Sylvain: Right. So let's move to the core of our presentation and discussion for today. So as you understand, our perspective on the market is that with a lot of these difficulties to track private assets and the lack of that standardized data, AI and natural language processing, so algorithms to extract information from text, are one of the only solutions that can provide that level of standardized off-the-shelf data, and that can help complement questionnaires and other active approaches. So the goal for today is to start diving into specificities, a high-level review of NLP technologies, leverage for that context. And also, Navin, I would love to have your view on how you see NLP leverage in general in financing private equity for these types of use cases.

Navin: So NLP is very, very important and a very powerful technology competency that can be used, especially when we are thinking about where is [00:21:00] data sitting, right? You know, so when we think about, and let's go back to what I was saying when we opened and open our sustainability and what type of sustainability data, a lot of the data could be at a geospatial level. Some of the data could be location-based. Some of the data could be unstructured and structured, right? So let's say you wanted to basically pick up the flood risk data for where the PE has taken a position. And let's say, a social housing project, right?

Now, can I use NLP to basically go and read certain documents which describe climate conditions? Or can I use NLP, including AI and ML, to go and read, let's say, climate models?
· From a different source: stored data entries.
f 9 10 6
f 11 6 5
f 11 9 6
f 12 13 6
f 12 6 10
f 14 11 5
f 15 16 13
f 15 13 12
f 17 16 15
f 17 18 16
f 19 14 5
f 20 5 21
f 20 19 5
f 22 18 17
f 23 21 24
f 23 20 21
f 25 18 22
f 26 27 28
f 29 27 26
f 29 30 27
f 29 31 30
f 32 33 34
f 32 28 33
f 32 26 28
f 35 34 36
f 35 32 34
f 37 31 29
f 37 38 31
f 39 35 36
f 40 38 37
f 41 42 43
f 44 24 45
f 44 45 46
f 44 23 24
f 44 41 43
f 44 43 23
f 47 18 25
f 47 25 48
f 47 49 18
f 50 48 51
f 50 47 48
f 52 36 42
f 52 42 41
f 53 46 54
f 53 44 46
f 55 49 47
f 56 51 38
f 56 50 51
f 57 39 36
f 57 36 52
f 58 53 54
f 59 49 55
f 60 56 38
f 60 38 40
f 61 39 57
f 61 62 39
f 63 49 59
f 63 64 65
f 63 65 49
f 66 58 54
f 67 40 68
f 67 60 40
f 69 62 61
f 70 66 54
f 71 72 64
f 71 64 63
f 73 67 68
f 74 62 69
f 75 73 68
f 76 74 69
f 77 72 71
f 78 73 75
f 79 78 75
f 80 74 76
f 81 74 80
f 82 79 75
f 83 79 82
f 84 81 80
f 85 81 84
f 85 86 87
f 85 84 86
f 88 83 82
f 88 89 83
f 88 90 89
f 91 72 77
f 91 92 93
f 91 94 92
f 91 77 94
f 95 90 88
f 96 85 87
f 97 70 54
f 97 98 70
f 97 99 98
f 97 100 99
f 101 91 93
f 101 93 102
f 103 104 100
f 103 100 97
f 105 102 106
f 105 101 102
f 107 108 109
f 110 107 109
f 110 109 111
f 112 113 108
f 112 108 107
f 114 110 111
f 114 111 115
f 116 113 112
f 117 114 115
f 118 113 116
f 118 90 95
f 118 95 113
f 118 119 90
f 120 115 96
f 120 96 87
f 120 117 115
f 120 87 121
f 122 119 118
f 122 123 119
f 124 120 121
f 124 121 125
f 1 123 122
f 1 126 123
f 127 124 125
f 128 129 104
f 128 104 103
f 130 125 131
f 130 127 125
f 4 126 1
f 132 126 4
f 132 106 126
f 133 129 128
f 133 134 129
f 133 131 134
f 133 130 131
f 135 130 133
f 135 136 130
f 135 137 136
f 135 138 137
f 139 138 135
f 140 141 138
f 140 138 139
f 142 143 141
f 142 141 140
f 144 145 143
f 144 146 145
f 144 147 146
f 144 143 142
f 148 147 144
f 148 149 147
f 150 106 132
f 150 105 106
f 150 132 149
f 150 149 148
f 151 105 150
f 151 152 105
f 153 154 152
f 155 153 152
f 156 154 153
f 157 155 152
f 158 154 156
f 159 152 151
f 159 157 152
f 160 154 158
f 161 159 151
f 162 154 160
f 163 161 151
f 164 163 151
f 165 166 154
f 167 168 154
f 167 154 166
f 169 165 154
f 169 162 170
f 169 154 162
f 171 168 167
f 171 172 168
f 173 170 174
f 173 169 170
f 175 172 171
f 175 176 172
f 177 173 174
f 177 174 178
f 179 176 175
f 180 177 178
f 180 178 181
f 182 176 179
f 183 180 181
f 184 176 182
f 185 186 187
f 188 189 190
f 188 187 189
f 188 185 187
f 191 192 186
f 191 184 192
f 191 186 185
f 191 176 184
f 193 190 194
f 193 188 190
How do I look at, for example, let's say, let's go back to oil and gas, right? Because [00:22:00] everybody likes to hammer the oil and gas industry, right?

You know, how would you go and use technology to go and identify what's the methane plume or the methane leakage rate, or the CO2 leakage rate, you know, for a very specific location? And again, that data might be sitting in certain documents, regulatory documents, for example, where maybe the EPC in the U.S. has replied back, or the environmental agency in the UK has replied back.

So again, understanding, and this goes back to, you know, understanding the sector where the data is sitting and how can I go and then use NLP on those, you know, sector regulators and sector regulations?

Sylvain: Yeah, that makes sense. That makes sense. And by the way, you're right to point out that there are things beyond NLP. Geospatial data is also something that is really interesting in that space.

Our focus is really NLP, basically extracting insights from text. That's basically that branch of AI. And usually, we see that the main use cases are identifying context related to ESG and sustainable development goals. For example, at SESAMm, we track 90 different risk categories off the shelf. And the algorithms are detecting like a human being, “Okay. This is actually related to biodiversity. This specific article is mentioning a lawsuit, and this one is about a strike.” We're discussing train strikes right before, during the preparation, so all of these E, S, and G contexts. And without going too deep into the technology, a lot of this is transformers, language models, deep learning for those of you that are more on the tech-savvy side. And the technology has really drastically evolved in the past three years. So it's getting really, really good.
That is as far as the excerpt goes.